■ Work to complete
Exactly the lines from the top of the records below through the one containing "v23 (-39.85,36.5,-48.562724)" must be set down, with no line added or dropped.

■ Stored data

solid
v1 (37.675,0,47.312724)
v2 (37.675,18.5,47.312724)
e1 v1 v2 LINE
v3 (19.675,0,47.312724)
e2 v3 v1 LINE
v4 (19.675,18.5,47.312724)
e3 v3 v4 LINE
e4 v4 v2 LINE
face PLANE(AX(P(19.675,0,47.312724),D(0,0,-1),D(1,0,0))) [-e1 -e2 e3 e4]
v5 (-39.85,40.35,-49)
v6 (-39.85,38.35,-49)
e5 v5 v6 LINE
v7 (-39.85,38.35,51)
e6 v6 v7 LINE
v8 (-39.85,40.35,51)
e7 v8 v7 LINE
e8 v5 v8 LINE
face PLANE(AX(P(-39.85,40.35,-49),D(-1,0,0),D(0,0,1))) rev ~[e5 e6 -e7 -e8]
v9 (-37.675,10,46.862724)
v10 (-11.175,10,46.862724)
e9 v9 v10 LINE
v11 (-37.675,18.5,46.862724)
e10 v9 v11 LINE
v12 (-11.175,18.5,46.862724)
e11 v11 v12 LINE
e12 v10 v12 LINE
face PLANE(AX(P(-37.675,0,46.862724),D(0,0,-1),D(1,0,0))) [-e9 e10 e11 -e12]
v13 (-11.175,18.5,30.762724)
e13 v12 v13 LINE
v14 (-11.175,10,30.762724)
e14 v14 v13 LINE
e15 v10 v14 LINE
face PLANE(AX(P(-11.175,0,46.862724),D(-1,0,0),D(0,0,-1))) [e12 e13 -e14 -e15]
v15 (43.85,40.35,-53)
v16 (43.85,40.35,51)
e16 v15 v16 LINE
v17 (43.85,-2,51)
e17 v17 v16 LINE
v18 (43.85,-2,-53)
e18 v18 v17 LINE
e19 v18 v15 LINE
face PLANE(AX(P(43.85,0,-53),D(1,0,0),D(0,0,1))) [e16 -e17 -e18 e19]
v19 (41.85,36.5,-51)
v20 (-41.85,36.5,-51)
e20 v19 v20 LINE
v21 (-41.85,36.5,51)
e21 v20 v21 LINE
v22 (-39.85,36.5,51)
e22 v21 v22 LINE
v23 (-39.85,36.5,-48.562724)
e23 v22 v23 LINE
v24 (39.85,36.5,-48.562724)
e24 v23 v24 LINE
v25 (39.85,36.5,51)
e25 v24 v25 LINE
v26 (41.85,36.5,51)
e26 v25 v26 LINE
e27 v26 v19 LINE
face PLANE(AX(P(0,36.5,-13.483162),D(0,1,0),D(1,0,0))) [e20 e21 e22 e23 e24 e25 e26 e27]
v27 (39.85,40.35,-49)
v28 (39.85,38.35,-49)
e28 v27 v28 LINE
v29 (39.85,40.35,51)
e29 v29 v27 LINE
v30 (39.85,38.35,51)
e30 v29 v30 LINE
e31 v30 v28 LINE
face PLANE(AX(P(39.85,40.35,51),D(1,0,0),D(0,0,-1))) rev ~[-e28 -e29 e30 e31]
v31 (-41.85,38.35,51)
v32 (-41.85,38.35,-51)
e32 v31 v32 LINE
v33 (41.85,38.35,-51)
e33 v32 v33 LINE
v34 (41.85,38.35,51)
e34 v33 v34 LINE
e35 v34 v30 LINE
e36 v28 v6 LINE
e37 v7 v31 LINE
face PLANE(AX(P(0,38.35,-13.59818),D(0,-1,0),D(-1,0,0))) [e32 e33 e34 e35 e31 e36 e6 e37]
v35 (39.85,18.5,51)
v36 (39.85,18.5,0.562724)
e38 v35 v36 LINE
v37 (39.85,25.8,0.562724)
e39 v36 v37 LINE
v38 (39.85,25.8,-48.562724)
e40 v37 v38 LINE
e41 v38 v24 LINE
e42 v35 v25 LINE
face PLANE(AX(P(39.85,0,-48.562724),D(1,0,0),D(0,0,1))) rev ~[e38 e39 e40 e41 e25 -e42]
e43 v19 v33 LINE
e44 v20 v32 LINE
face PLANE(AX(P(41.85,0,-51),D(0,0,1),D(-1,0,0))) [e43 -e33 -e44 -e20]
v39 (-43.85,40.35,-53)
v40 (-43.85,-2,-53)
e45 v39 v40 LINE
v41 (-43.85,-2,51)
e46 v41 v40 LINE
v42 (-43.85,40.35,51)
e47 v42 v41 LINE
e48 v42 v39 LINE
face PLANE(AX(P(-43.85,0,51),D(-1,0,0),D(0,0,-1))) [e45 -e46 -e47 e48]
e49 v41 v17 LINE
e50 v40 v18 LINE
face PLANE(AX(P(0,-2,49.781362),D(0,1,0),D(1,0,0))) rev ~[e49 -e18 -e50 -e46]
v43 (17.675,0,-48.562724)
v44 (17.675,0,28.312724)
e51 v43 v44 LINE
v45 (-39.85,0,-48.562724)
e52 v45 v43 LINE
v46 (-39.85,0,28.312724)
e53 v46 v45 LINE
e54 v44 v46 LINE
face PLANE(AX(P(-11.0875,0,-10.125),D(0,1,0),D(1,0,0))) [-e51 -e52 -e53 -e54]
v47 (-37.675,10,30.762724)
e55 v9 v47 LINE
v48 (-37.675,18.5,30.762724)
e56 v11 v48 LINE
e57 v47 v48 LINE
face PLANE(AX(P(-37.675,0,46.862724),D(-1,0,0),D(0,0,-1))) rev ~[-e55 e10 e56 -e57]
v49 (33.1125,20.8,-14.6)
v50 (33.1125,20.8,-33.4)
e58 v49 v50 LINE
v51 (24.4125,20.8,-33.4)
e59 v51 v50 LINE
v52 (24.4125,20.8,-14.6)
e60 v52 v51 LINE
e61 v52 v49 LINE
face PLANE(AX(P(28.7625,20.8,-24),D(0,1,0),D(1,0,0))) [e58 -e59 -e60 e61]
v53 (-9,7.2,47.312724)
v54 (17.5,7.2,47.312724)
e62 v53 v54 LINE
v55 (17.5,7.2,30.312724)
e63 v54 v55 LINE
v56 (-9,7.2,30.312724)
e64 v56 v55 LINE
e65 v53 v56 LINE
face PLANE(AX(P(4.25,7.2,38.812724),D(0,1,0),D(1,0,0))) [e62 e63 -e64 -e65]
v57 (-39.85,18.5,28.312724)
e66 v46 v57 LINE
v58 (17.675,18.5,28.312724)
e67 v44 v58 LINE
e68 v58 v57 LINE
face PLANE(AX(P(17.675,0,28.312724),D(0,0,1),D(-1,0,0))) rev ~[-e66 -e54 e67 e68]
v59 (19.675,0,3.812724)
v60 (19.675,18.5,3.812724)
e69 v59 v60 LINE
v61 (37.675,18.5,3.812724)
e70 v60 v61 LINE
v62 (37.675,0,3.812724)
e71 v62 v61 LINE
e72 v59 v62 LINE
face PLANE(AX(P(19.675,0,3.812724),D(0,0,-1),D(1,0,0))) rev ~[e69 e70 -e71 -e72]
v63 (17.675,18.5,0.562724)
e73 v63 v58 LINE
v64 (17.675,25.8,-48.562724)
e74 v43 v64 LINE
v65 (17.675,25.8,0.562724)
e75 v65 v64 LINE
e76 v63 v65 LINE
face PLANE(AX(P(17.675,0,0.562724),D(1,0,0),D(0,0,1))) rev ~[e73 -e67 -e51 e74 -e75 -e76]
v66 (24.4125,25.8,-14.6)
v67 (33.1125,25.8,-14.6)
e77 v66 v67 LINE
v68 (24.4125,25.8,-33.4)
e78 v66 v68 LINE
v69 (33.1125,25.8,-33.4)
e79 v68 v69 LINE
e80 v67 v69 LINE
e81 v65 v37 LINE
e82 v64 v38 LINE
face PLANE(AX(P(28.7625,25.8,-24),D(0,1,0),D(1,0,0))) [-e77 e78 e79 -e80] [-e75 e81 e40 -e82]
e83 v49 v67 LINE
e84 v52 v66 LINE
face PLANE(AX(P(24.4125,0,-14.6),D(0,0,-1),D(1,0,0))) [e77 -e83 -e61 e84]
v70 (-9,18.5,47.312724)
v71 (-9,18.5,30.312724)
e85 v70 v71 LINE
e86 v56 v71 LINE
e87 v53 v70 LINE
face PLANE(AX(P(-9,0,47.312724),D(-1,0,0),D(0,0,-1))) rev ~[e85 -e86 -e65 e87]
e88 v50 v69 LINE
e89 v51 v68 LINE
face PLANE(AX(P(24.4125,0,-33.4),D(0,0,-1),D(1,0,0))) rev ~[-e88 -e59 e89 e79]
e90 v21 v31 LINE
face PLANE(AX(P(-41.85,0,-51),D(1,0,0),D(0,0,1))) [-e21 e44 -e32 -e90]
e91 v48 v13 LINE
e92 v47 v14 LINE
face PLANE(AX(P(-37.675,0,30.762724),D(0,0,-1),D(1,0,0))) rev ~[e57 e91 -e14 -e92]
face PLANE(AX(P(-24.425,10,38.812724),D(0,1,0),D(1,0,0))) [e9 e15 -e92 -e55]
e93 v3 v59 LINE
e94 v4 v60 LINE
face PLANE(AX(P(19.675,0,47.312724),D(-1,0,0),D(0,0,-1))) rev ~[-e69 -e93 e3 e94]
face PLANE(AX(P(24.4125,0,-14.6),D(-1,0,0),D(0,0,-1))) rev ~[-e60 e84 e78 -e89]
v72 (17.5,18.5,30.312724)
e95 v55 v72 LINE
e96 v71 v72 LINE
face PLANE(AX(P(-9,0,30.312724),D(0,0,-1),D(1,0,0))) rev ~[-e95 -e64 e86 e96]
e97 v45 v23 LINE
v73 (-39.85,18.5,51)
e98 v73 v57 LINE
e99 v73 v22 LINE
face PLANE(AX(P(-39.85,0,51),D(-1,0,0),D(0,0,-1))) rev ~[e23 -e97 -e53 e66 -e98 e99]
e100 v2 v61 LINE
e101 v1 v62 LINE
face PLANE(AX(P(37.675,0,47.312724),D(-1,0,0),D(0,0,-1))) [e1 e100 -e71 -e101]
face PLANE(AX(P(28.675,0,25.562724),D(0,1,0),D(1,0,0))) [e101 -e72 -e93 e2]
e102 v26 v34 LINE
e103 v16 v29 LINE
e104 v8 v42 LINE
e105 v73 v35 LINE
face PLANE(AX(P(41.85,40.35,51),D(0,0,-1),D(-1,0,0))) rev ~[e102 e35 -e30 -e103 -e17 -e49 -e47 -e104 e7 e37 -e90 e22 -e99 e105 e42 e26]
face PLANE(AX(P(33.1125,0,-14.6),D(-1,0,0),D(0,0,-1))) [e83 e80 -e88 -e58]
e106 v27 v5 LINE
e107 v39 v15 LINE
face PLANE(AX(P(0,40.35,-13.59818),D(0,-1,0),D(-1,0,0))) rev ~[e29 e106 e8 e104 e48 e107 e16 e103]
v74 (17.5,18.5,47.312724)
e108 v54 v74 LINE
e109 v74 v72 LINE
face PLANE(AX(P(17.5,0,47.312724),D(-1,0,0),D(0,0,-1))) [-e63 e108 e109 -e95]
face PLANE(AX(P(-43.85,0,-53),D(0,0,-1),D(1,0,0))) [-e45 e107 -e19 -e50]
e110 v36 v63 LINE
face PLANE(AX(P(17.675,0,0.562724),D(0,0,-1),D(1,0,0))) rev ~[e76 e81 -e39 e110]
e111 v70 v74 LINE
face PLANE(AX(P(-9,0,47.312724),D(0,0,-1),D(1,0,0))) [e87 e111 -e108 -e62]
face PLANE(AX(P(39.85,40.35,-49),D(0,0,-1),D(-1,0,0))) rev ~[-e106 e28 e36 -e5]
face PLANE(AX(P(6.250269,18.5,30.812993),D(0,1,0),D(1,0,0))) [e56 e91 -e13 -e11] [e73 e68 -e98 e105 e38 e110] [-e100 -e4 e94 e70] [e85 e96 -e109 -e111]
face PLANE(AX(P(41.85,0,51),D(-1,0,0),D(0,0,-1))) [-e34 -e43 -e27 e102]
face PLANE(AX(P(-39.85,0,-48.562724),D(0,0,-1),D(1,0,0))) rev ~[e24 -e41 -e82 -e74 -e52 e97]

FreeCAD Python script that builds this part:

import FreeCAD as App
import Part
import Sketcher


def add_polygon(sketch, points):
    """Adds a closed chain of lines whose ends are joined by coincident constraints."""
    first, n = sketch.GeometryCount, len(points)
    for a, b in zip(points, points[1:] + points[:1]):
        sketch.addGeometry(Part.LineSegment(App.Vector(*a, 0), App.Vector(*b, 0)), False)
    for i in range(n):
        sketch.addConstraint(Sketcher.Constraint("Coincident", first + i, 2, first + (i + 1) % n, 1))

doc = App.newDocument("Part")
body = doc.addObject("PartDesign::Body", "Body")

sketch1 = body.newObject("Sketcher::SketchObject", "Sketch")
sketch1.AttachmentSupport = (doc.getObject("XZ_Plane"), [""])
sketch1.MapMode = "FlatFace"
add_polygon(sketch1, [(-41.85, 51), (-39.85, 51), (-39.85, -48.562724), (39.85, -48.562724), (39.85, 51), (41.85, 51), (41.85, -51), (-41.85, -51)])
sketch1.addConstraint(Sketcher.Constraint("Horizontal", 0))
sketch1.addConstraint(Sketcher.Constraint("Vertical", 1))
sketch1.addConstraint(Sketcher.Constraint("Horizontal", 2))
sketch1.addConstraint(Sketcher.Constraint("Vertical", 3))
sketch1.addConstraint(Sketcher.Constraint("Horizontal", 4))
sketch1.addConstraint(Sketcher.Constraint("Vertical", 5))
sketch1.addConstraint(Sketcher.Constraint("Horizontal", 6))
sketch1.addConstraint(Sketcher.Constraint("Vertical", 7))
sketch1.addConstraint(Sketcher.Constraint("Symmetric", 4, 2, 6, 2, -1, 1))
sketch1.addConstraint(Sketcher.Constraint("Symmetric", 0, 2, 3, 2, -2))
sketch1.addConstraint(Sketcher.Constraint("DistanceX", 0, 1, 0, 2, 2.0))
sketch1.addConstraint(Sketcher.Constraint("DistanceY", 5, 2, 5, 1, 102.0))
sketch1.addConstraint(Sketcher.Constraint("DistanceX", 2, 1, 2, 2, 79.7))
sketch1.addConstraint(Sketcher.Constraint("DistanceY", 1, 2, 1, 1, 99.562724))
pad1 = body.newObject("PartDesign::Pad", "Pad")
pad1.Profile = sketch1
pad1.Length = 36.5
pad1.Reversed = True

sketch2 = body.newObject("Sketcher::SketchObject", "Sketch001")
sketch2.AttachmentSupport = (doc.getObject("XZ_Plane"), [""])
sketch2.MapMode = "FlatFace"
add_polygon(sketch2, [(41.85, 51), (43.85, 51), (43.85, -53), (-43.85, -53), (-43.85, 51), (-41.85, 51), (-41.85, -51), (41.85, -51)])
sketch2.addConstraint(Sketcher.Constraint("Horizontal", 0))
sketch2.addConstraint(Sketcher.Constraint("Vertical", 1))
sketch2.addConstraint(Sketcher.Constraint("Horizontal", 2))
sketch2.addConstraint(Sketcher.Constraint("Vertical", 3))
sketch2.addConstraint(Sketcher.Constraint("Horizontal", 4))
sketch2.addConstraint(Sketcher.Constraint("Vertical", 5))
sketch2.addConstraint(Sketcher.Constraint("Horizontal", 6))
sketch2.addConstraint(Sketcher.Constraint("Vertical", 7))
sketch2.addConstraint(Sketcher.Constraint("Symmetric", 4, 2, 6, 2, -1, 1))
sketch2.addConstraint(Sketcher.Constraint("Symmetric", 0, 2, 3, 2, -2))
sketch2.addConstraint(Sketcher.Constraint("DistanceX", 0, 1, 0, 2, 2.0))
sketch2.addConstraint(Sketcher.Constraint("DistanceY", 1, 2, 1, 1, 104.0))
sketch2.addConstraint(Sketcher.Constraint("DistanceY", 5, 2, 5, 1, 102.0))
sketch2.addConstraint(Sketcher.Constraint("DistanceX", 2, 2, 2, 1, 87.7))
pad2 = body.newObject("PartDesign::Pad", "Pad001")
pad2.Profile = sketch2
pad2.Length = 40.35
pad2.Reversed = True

■ Expected output
solid
v1 (37.675,0,47.312724)
v2 (37.675,18.5,47.312724)
e1 v1 v2 LINE
v3 (19.675,0,47.312724)
e2 v3 v1 LINE
v4 (19.675,18.5,47.312724)
e3 v3 v4 LINE
e4 v4 v2 LINE
face PLANE(AX(P(19.675,0,47.312724),D(0,0,-1),D(1,0,0))) [-e1 -e2 e3 e4]
v5 (-39.85,40.35,-49)
v6 (-39.85,38.35,-49)
e5 v5 v6 LINE
v7 (-39.85,38.35,51)
e6 v6 v7 LINE
v8 (-39.85,40.35,51)
e7 v8 v7 LINE
e8 v5 v8 LINE
face PLANE(AX(P(-39.85,40.35,-49),D(-1,0,0),D(0,0,1))) rev ~[e5 e6 -e7 -e8]
v9 (-37.675,10,46.862724)
v10 (-11.175,10,46.862724)
e9 v9 v10 LINE
v11 (-37.675,18.5,46.862724)
e10 v9 v11 LINE
v12 (-11.175,18.5,46.862724)
e11 v11 v12 LINE
e12 v10 v12 LINE
face PLANE(AX(P(-37.675,0,46.862724),D(0,0,-1),D(1,0,0))) [-e9 e10 e11 -e12]
v13 (-11.175,18.5,30.762724)
e13 v12 v13 LINE
v14 (-11.175,10,30.762724)
e14 v14 v13 LINE
e15 v10 v14 LINE
face PLANE(AX(P(-11.175,0,46.862724),D(-1,0,0),D(0,0,-1))) [e12 e13 -e14 -e15]
v15 (43.85,40.35,-53)
v16 (43.85,40.35,51)
e16 v15 v16 LINE
v17 (43.85,-2,51)
e17 v17 v16 LINE
v18 (43.85,-2,-53)
e18 v18 v17 LINE
e19 v18 v15 LINE
face PLANE(AX(P(43.85,0,-53),D(1,0,0),D(0,0,1))) [e16 -e17 -e18 e19]
v19 (41.85,36.5,-51)
v20 (-41.85,36.5,-51)
e20 v19 v20 LINE
v21 (-41.85,36.5,51)
e21 v20 v21 LINE
v22 (-39.85,36.5,51)
e22 v21 v22 LINE
v23 (-39.85,36.5,-48.562724)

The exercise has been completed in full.